I would tend to disagree with you Thucydides.

As a quebecois francais myself, I am confident in saying that the majority of votes going to the BQ are centered around nationalist motives as well as language issues more than anything else. Many french Canadians feel they are not heard or simply do not associate with any of the other parties. The decrease in votes going to the BQ is coming mainly from a drop in nationalism as an issue of importance to french voters.

The change in votes might help the NDP, and like you said it makes sense considering the social left part of their platforms. However, being that most votes going to the Bloc are not due to a socialist platform, most voters will actually not change their votes from BQ to NDP. I would say votes would be split more between the Liberals and the Conservatives, with more going to the liberals being as we Quebecers tend to prefer center left to center right.

You can also look to provincial politics to confirm this. If you look at the provincial situation for the past 10 years, you will notice the PLQ (Liberal Party of Quebec) has been in power. The PLQ is a center right party and shares more similarity with the liberals and conservatives than the NDP.
 
I don't really want to vote for anyone. Plutocrats have corrupted our Democracy. Politicians now look to me like opportunists with all the credibility of used car salesmen. Bill Moyers said it better criticizing the biggest threat to the US Democracy.

http://www.youtube.com/watch?v=Za-TYGOE1O0

"The Gilded Age returned with a vengeance in our time. It slipped in quietly at first, back in the early 1980s, when Ronald Reagan began a "massive decades-long transfer of national wealth to the rich".

The trend continued under George W. Bush — those huge tax cuts for the rich, remember, which are now about to be extended because both parties have been bought off by the wealthy — and by 2007 the wealthiest 10 per cent of Americans were taking in 50 per cent of the national income. Today, a fraction of people at the top today earn more than the bottom 120 million Americans.

Over the past 30 years, with the complicity of Republicans and Democrats alike, the plutocrats, or plutonomists have used their vastly increased wealth to assure that government does their bidding."


"Everyone knows millions of Americans are in trouble. As Robert Reich recently summed it the state of working people: they have lost their jobs, their homes, and their savings.

Their grown children have moved back in with them. Their state and local taxes are rising. Teachers and firefighters are being laid off. The roads and bridges they count on are crumbling, pipelines are leaking, schools are dilapidated, and public libraries are being shut.

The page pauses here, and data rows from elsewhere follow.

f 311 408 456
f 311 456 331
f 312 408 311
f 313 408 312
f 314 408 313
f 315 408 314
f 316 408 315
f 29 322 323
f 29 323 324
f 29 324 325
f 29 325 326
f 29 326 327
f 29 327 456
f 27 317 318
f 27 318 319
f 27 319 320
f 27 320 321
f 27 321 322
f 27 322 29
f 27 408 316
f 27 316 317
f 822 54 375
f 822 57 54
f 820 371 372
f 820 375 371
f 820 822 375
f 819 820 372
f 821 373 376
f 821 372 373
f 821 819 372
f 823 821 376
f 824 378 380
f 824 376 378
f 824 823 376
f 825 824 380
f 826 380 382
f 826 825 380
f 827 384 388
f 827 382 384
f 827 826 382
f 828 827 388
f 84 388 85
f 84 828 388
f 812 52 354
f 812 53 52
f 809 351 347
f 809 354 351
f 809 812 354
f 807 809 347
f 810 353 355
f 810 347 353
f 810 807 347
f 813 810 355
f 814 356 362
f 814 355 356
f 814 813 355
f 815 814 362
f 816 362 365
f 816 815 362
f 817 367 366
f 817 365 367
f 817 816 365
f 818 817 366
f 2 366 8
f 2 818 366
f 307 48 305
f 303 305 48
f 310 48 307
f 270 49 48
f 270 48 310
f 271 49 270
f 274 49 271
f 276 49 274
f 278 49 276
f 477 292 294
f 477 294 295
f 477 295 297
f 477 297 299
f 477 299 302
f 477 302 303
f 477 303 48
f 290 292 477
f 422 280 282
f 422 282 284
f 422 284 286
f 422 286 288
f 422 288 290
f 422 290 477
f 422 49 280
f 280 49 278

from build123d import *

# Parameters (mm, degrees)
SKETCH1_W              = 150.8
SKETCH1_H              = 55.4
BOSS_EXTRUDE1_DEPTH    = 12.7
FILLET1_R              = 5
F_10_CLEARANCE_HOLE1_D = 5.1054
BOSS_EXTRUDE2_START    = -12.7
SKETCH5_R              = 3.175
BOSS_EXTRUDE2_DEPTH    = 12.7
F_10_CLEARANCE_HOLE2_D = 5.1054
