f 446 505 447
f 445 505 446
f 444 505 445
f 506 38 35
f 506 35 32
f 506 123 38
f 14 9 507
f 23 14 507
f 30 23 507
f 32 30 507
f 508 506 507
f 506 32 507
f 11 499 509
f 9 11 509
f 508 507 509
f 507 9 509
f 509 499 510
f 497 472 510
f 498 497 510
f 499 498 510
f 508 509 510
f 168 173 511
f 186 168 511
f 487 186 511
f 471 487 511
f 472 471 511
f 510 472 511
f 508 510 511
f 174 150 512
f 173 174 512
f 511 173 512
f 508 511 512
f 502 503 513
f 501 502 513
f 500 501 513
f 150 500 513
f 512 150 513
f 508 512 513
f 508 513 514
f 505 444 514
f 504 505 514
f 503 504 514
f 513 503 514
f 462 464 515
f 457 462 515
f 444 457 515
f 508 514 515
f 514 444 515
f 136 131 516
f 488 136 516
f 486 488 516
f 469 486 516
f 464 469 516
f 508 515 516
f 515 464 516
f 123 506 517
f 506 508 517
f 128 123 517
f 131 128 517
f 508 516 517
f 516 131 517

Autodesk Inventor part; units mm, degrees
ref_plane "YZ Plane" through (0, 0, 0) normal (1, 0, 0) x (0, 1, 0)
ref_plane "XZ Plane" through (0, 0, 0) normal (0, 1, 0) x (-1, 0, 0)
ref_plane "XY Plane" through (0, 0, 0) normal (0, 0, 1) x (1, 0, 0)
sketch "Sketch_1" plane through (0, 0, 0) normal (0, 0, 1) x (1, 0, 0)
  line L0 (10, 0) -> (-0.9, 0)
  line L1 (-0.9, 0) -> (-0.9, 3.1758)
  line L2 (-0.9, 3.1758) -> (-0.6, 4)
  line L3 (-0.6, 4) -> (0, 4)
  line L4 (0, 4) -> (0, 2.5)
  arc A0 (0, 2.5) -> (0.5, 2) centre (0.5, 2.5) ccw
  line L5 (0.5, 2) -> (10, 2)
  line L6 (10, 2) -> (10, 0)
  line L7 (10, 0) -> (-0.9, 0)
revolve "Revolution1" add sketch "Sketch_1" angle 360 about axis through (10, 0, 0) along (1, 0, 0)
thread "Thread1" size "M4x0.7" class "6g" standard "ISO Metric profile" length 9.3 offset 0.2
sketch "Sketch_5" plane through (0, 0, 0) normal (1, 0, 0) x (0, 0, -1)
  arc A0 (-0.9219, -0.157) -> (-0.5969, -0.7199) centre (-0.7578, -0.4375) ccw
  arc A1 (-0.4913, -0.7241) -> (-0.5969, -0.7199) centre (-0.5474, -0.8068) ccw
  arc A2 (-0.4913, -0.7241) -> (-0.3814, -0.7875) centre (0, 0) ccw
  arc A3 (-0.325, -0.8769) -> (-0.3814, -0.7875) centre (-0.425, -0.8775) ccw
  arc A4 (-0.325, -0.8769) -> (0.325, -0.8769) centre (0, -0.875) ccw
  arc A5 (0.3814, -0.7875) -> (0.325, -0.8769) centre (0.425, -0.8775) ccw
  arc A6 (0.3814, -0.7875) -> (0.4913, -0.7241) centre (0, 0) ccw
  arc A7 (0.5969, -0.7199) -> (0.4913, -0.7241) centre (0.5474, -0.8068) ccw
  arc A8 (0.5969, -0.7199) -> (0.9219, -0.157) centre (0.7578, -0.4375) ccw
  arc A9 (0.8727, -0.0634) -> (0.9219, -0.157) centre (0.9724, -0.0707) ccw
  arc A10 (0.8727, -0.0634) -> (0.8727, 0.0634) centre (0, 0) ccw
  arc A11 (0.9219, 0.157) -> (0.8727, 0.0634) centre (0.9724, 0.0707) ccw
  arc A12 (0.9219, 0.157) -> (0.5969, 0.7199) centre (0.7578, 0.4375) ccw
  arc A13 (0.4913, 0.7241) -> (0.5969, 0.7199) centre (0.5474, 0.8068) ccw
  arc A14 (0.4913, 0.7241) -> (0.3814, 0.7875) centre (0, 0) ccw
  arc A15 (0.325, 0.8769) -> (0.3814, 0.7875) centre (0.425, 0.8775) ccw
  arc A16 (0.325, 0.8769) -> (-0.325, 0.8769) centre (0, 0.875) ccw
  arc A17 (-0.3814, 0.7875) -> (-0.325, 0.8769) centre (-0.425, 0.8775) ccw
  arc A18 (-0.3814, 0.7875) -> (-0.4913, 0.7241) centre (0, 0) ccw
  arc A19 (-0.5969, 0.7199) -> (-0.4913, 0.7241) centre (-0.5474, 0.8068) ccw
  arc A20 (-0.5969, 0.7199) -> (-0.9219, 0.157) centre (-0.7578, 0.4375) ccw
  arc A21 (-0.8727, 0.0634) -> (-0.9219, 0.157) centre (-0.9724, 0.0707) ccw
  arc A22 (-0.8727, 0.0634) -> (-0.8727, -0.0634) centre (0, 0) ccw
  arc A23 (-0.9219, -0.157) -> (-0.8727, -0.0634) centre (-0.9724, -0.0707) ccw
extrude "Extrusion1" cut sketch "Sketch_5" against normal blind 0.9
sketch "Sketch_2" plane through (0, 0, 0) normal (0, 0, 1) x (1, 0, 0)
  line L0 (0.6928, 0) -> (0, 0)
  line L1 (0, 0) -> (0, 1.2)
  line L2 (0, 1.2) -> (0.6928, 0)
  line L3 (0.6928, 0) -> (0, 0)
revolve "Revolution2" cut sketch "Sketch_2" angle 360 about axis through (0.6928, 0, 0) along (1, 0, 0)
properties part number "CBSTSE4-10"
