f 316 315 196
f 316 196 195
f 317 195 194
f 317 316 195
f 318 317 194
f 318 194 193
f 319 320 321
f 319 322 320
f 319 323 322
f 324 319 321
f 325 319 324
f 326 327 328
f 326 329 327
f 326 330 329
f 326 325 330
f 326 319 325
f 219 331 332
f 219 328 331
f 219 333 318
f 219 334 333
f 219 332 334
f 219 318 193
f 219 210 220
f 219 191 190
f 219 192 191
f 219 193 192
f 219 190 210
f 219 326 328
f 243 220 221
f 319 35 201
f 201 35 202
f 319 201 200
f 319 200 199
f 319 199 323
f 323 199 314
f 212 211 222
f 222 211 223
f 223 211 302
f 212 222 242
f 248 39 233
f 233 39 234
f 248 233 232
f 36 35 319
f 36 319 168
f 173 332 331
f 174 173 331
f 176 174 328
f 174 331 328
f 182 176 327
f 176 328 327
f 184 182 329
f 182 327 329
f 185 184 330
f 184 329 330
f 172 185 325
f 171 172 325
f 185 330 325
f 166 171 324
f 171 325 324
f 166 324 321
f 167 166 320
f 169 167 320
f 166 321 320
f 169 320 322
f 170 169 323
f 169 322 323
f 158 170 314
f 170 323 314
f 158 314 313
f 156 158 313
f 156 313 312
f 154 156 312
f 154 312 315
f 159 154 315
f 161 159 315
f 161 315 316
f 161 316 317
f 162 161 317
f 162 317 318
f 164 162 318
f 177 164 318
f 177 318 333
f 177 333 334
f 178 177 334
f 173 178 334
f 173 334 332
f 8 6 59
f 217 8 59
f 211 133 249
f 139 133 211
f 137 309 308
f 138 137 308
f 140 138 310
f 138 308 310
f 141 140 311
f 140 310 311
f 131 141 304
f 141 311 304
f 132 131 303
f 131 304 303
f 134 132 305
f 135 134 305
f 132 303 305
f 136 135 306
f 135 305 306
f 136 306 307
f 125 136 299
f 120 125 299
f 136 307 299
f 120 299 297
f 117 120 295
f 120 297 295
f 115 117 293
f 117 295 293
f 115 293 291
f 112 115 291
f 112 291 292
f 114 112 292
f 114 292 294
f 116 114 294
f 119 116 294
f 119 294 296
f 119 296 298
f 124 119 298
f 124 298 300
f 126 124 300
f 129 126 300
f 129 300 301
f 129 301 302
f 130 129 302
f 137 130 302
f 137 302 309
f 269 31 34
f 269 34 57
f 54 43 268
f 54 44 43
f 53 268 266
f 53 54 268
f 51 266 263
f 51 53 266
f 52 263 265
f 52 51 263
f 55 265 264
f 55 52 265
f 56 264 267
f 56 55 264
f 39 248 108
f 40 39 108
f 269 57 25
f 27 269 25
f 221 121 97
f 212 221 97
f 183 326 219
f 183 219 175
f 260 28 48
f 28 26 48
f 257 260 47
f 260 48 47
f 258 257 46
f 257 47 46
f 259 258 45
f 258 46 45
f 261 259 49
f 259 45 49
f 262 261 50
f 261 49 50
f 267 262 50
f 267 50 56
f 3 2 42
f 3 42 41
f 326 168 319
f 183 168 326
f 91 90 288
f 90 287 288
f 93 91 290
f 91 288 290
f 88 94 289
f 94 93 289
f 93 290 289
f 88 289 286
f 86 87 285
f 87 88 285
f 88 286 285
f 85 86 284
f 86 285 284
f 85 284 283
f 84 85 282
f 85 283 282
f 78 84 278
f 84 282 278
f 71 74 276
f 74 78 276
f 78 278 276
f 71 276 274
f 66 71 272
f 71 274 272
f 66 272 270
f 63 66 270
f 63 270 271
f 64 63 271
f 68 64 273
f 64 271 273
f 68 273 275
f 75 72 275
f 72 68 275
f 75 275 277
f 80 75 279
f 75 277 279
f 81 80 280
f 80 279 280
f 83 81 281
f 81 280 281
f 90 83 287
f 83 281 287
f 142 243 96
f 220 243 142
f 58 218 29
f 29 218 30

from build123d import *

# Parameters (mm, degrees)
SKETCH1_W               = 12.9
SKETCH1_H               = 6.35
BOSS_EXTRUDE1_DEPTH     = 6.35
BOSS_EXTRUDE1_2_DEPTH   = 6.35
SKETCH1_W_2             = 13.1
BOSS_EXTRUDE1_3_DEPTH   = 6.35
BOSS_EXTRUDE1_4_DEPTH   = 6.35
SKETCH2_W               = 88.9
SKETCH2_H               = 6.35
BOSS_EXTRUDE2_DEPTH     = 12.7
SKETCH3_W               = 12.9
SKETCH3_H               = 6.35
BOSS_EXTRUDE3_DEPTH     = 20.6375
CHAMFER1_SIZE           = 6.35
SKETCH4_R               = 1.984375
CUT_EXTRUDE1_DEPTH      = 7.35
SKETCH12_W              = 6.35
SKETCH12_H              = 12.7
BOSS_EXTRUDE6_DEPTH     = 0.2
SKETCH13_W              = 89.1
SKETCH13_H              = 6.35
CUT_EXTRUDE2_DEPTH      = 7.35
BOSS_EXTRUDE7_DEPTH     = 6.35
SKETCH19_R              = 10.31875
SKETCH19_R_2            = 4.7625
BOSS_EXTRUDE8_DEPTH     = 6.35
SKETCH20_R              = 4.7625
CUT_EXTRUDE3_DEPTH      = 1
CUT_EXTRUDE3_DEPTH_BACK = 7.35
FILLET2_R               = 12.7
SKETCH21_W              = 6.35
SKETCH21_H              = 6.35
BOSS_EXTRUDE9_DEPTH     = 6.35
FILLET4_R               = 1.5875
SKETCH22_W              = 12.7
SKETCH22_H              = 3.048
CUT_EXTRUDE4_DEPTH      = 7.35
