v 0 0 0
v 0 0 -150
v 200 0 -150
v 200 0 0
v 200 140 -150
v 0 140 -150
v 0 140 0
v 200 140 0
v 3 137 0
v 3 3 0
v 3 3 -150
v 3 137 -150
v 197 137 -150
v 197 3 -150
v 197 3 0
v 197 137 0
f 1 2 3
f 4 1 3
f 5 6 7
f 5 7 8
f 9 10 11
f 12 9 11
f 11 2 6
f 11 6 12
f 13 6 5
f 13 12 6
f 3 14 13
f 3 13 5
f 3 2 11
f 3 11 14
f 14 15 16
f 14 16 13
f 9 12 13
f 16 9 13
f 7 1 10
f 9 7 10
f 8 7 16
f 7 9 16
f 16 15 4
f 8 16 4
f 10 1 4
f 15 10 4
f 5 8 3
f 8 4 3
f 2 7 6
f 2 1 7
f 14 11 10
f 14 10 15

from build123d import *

# Parameters (mm, degrees)
CROQUIS1_W              = 200
CROQUIS1_H              = 150
SALIENTE_EXTRUIR1_DEPTH = 3
CROQUIS2_W              = 3
CROQUIS2_H              = 150
SALIENTE_EXTRUIR2_DEPTH = 134
CROQUIS3_W              = 200
CROQUIS3_H              = 150
SALIENTE_EXTRUIR3_DEPTH = 3


with BuildPart() as part:
    # Croquis1 → Saliente-Extruir1 (new body)
    with BuildSketch(Plane(origin=(0, 0, 0), x_dir=(1, 0, 0), z_dir=(0, 1, 0))):
        with Locations((100, 75)):
            Rectangle(CROQUIS1_W, CROQUIS1_H)
    extrude(amount=SALIENTE_EXTRUIR1_DEPTH)

    # Croquis2 → Saliente-Extruir2 (add)
    with BuildSketch(Plane(origin=(0, 3, 0), x_dir=(1, 0, 0), z_dir=(0, 1, 0))):
        with Locations((1.5, 75)):
            Rectangle(CROQUIS2_W, CROQUIS2_H)
        with Locations((198.5, 75)):
            Rectangle(CROQUIS2_W, CROQUIS2_H)
    extrude(amount=SALIENTE_EXTRUIR2_DEPTH)

    # Croquis3 → Saliente-Extruir3 (add)
    with BuildSketch(Plane(origin=(0, 137, 0), x_dir=(1, 0, 0), z_dir=(0, 1, 0))):
        with Locations((100, 75)):
            Rectangle(CROQUIS3_W, CROQUIS3_H)
    extrude(amount=SALIENTE_EXTRUIR3_DEPTH)


solid = part.part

Why isn't government working for them? Because it has been bought off. It is as simple as that. And until we get clean money we are not going to get clean elections, and until we get clean elections, you can kiss goodbye government of, by, and for the people. Welcome to the plutocracy."
 
When rates are examined there had been a general downward trend in tax rates from 91% in 1963 to 35% today.  Democrats led it off with a 14% drop in 1964.  While the big drops since then have been initiated by Republicans there appears to be no great philosophical gulf that is remedied with the Democrats massively hiking taxes while in power.  The evil 3.6% Bush tax cuts are pretty insignificant compared to an overall 56% cut since 1964.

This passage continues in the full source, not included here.